Dainihonshi hensan kiroku consists of over 6,000 documents, mostly copies of letters exchanged among the Shokokan offices in Mito and Edo (present-day Tokyo) and their Kyoto branch. These offices were in charge of compiling a book of Japanese history, entitled Dainihonshi or the "Great History of Japan". The Dainihonshi project was ordered by Tokugawa Mitsukuni (1628-1701), the feudal lord of the Mito domain.

Dainihonshi hensan kiroku mentions 42,810 individuals and organizations, and 15,159 historical records and literary works. In addition to history, it covers a broad range of topics, including literature, Confucianism, and kokugaku (study of Japanese philology and philosophy).
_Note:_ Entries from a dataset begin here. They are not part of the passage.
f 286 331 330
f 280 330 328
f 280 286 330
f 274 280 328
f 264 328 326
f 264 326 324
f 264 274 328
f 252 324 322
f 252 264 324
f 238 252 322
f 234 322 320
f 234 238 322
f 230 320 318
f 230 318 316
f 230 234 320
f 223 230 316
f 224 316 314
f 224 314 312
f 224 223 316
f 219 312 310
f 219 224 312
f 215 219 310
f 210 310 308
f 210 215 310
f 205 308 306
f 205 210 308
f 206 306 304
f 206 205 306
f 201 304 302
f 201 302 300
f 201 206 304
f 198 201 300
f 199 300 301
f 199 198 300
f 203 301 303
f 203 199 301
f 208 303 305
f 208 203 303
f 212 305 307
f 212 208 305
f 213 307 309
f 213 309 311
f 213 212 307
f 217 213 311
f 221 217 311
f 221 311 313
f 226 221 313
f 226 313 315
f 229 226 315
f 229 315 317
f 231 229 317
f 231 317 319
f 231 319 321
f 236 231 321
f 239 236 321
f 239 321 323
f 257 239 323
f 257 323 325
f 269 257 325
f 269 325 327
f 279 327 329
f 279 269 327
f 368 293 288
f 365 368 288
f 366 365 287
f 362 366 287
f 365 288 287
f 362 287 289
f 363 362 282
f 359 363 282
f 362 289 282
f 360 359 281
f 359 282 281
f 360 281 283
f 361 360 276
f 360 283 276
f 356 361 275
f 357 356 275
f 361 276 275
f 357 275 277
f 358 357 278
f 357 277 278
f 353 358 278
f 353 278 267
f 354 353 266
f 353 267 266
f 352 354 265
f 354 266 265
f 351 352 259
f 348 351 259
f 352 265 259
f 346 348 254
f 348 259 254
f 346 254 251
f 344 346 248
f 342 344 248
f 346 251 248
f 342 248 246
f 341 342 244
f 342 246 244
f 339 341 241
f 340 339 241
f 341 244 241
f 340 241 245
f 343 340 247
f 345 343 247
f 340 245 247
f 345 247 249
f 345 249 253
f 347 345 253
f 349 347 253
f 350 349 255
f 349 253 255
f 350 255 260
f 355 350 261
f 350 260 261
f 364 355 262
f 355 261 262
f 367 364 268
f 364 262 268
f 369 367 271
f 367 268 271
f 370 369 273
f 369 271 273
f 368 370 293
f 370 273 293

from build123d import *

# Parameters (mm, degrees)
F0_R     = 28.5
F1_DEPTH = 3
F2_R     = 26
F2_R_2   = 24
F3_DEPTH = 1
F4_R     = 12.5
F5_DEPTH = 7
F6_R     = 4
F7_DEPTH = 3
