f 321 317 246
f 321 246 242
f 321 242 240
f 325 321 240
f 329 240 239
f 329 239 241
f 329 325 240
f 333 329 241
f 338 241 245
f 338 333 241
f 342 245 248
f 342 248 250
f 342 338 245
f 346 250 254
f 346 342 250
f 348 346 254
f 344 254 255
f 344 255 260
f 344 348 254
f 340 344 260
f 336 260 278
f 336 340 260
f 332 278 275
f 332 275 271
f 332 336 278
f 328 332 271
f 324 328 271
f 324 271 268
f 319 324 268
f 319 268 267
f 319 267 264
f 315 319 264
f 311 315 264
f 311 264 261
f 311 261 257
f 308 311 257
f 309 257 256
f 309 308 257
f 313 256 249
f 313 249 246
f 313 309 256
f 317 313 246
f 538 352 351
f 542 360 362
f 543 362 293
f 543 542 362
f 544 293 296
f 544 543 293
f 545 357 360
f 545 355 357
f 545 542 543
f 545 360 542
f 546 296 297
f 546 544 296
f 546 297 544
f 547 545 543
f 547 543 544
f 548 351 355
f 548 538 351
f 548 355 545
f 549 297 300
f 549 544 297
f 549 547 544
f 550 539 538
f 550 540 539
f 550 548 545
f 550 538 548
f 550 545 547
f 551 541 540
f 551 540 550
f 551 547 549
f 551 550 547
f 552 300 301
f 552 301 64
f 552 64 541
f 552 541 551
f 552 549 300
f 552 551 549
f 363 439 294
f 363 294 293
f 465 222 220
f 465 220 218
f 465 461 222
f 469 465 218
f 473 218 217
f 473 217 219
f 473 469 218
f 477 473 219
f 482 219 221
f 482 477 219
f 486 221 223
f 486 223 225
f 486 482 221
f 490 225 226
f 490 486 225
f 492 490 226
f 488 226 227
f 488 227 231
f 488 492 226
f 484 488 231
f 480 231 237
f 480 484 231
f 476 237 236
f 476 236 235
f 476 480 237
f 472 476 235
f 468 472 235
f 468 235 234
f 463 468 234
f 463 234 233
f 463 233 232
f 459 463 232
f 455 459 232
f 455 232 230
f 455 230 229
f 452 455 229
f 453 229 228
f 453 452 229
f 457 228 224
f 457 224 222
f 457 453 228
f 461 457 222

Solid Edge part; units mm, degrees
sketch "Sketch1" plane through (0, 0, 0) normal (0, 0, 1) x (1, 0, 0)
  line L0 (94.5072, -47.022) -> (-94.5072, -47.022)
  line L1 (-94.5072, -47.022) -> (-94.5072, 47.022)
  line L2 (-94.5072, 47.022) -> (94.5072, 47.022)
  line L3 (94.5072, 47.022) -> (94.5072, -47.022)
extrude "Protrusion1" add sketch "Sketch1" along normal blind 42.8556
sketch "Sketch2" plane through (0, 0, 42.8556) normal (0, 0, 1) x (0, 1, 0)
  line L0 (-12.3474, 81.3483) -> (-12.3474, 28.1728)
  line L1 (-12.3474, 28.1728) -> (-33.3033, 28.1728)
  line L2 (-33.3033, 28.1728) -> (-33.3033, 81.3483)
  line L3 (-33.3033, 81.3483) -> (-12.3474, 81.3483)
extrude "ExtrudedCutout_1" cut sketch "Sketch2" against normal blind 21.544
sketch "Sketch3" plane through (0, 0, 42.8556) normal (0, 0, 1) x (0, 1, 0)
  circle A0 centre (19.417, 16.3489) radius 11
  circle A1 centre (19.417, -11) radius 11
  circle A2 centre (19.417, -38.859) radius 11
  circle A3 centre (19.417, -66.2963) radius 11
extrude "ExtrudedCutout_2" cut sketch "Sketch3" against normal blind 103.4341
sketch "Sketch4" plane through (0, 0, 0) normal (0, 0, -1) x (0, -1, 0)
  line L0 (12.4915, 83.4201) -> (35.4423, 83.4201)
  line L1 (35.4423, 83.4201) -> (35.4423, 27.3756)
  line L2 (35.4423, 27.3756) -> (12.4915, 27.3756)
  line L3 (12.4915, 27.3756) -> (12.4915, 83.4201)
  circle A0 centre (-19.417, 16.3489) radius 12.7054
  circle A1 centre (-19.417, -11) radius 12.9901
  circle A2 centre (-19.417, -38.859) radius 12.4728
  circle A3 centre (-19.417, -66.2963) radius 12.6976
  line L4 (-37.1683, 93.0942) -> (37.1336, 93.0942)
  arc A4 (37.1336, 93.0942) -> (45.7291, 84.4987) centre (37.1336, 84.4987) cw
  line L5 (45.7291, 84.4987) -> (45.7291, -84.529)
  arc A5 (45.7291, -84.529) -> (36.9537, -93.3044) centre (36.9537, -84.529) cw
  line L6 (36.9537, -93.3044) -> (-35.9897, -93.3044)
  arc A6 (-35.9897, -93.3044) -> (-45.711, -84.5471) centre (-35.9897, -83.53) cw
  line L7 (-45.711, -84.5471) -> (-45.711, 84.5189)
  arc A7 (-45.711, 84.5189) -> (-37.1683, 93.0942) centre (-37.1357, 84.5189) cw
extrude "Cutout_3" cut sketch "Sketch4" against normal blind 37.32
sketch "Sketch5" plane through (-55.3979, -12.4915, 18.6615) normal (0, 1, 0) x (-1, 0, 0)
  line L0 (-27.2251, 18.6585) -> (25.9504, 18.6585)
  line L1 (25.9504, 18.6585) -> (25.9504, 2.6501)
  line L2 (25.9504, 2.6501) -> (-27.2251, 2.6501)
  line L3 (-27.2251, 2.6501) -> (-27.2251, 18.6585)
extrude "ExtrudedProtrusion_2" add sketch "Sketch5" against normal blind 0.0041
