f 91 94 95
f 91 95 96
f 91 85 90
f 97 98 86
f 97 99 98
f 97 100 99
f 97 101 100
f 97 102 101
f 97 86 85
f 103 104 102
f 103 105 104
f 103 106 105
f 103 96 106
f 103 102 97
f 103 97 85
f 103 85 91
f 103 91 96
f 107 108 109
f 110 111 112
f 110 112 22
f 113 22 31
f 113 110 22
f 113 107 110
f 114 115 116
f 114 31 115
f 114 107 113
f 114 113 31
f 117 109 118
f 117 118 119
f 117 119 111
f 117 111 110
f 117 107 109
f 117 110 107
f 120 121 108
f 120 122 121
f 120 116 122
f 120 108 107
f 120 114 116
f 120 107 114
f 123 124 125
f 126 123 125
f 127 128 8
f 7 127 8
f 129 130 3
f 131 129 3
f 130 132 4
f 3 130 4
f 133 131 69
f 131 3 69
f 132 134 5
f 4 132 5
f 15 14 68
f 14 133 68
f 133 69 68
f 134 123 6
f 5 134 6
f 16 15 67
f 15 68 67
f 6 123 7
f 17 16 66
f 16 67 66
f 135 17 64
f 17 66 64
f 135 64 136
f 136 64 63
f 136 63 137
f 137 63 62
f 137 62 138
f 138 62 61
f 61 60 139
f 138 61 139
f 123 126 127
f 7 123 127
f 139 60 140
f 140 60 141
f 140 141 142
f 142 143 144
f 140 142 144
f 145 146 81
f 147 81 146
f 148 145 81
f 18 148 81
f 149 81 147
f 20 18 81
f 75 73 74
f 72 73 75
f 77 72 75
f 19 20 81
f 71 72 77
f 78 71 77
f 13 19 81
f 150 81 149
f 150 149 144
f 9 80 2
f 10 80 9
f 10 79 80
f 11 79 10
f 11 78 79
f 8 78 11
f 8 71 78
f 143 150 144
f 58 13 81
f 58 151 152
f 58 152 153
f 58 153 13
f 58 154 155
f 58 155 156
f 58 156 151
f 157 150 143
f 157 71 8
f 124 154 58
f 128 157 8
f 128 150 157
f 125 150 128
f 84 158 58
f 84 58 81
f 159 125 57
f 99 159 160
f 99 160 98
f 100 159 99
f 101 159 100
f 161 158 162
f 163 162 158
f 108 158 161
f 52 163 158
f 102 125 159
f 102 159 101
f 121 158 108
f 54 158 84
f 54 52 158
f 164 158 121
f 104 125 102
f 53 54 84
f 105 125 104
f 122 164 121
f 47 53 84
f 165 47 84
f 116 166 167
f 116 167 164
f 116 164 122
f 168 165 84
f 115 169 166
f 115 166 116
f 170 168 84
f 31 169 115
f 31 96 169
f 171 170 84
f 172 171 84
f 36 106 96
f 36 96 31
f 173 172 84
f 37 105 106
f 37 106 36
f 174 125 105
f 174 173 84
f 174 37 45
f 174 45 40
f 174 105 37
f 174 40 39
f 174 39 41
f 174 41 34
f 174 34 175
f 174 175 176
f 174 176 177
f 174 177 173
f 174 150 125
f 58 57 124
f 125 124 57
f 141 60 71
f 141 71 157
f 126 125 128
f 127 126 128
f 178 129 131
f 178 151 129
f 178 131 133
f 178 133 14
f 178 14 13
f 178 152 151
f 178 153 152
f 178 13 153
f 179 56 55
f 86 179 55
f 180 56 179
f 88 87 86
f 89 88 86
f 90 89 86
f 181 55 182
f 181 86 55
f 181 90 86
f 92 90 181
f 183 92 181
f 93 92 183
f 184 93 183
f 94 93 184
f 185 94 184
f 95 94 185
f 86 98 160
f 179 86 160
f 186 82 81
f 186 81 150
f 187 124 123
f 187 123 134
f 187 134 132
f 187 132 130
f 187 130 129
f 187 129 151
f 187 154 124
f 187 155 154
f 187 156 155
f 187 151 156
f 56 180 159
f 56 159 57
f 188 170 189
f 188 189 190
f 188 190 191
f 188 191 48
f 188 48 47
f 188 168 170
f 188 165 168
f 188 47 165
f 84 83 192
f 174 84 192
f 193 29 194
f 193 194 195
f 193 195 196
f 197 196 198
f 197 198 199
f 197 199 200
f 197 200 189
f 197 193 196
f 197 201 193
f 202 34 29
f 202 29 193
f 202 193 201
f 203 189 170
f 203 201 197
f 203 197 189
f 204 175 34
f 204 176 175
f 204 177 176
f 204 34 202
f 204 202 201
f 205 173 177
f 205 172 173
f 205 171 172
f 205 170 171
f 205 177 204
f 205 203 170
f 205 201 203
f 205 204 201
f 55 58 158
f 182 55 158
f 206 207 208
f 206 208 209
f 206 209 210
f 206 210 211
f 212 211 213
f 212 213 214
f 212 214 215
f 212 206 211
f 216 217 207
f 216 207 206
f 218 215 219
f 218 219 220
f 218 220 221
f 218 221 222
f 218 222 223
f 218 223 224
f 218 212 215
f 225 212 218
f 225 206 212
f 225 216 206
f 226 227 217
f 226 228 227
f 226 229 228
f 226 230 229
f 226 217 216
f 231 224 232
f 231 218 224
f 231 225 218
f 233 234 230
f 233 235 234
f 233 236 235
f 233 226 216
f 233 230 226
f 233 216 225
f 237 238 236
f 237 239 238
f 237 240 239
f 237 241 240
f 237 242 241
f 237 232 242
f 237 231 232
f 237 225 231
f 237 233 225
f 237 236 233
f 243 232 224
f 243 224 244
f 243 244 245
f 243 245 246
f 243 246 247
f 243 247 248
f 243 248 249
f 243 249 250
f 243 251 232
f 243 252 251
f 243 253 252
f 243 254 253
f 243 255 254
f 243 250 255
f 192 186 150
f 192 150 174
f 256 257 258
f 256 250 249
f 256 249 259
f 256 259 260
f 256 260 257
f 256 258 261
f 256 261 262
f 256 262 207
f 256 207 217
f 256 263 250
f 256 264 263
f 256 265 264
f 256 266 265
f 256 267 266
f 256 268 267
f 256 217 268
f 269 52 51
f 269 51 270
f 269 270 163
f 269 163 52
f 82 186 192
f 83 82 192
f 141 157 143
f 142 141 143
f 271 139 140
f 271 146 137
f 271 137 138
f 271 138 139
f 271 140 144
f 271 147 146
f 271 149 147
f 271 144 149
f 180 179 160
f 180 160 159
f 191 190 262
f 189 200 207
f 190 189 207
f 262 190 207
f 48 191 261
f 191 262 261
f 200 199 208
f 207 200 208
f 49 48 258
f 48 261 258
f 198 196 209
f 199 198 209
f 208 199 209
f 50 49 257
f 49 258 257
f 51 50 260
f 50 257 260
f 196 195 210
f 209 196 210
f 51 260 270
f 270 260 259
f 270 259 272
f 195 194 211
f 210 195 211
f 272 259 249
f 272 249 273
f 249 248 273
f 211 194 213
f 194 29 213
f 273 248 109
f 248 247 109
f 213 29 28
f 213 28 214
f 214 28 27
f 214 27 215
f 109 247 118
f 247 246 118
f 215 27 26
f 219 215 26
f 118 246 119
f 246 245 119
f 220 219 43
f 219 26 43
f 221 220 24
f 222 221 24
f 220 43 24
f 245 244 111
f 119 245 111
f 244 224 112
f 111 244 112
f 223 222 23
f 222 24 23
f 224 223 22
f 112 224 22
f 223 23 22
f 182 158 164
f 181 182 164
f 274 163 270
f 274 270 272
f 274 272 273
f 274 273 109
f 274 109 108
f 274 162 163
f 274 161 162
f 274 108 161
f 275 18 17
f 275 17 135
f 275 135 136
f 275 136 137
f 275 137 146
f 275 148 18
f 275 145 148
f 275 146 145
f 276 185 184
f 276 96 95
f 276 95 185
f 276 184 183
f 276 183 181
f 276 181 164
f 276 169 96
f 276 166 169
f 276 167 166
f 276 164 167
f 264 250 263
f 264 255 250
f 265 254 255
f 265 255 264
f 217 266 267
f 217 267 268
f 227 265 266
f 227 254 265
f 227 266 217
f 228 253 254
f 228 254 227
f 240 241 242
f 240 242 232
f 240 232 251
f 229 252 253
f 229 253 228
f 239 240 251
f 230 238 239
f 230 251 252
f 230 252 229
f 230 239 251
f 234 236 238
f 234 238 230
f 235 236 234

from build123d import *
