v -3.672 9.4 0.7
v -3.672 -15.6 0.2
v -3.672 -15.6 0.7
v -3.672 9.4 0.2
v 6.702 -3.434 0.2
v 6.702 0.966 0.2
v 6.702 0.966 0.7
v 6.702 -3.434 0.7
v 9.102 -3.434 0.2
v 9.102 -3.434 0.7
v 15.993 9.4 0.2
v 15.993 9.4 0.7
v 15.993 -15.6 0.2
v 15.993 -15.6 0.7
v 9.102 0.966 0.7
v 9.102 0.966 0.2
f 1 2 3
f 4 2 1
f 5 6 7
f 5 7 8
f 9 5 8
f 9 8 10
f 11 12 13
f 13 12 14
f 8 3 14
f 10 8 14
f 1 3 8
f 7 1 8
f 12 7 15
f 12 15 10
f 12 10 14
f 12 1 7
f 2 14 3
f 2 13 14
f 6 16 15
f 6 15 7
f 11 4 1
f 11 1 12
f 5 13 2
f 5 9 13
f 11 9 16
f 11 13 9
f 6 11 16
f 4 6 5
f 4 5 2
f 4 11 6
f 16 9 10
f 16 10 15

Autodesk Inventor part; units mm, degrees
ref_plane "YZ Plane" through (0, 0, 0) normal (1, 0, 0) x (0, 1, 0)
ref_plane "XZ Plane" through (0, 0, 0) normal (0, 1, 0) x (-1, 0, 0)
ref_plane "XY Plane" through (0, 0, 0) normal (0, 0, 1) x (1, 0, 0)
sketch "Sketch1" plane through (0, 0, 0) normal (0, 0, 1) x (1, 0, 0)
  line L0 (9.1023, -3.4337) -> (9.1023, 0.9663) projected
  line L1 (6.7023, -3.4337) -> (9.1023, -3.4337) projected
  line L2 (6.7023, 0.9663) -> (6.7023, -3.4337) projected
  line L3 (9.1023, 0.9663) -> (6.7023, 0.9663) projected
  line L4 (-3.672, 5.3) -> (-3.672, 9.4)
  line L5 (17.5929, 9.4) -> (17.5929, -15.6) projected
  line L6 (17.5929, -15.6) -> (-3.672, -15.6)
  line L7 (-3.672, -15.6) -> (-3.672, 9.4)
  line L8 (-3.672, 9.4) -> (17.5929, 9.4)
  line L9 (17.5929, 9.4) -> (17.5929, -15.6)
  point P0 (0, 0)
extrude "Extrusion1" add sketch "Sketch1" along normal blind 0.7
sketch "Sketch2" plane through (0, 0, 0) normal (0, 0, -1) x (-1, 0, 0)
  line L0 (-17.5929, -15.6) -> (-17.5929, 9.4) projected
  line L1 (3.672, -15.6) -> (-17.5929, -15.6) projected
  line L2 (3.672, 9.4) -> (3.672, -15.6) projected
  line L3 (-17.5929, 9.4) -> (3.672, 9.4) projected
  line L4 (-9.1023, -3.4337) -> (-6.7023, -3.4337) projected
  line L5 (-9.1023, 0.9663) -> (-9.1023, -3.4337) projected
  line L6 (-6.7023, 0.9663) -> (-9.1023, 0.9663) projected
  line L7 (-6.7023, -3.4337) -> (-6.7023, 0.9663) projected
  point P0 (0, 0)
extrude "Extrusion2" cut sketch "Sketch2" against normal blind 0.2
sketch "Sketch3" plane through (0, 0, 0.7) normal (0, 0, 1) x (1, 0, 0)
  line L0 (15.9929, 9.4) -> (15.9929, -15.6) projected
  line L1 (15.9929, -15.6) -> (17.5929, -15.6) projected
  line L2 (17.5929, 9.4) -> (17.5929, -15.6) projected
  line L3 (15.9929, 9.4) -> (17.5929, 9.4) projected
  point P0 (0, 0)
extrude "Extrusion3" cut sketch "Sketch3" against normal through all
properties part number "przod"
The record also sheds light on the publishing culture of the time (Genroku era: 1688–1704), making it a "first-grade" historical record.

The set is comprised of about 10,000 folded leaves, bound into 248 volumes through four holes. Each volume was rebound and repaired during the Edo period (1603–1867), but the work undertaken then was insufficient for securing long-term preservation, and left much of the text near the inside edge of each page hidden from view. The ongoing restoration and digitization efforts are aimed at rectifying these problems.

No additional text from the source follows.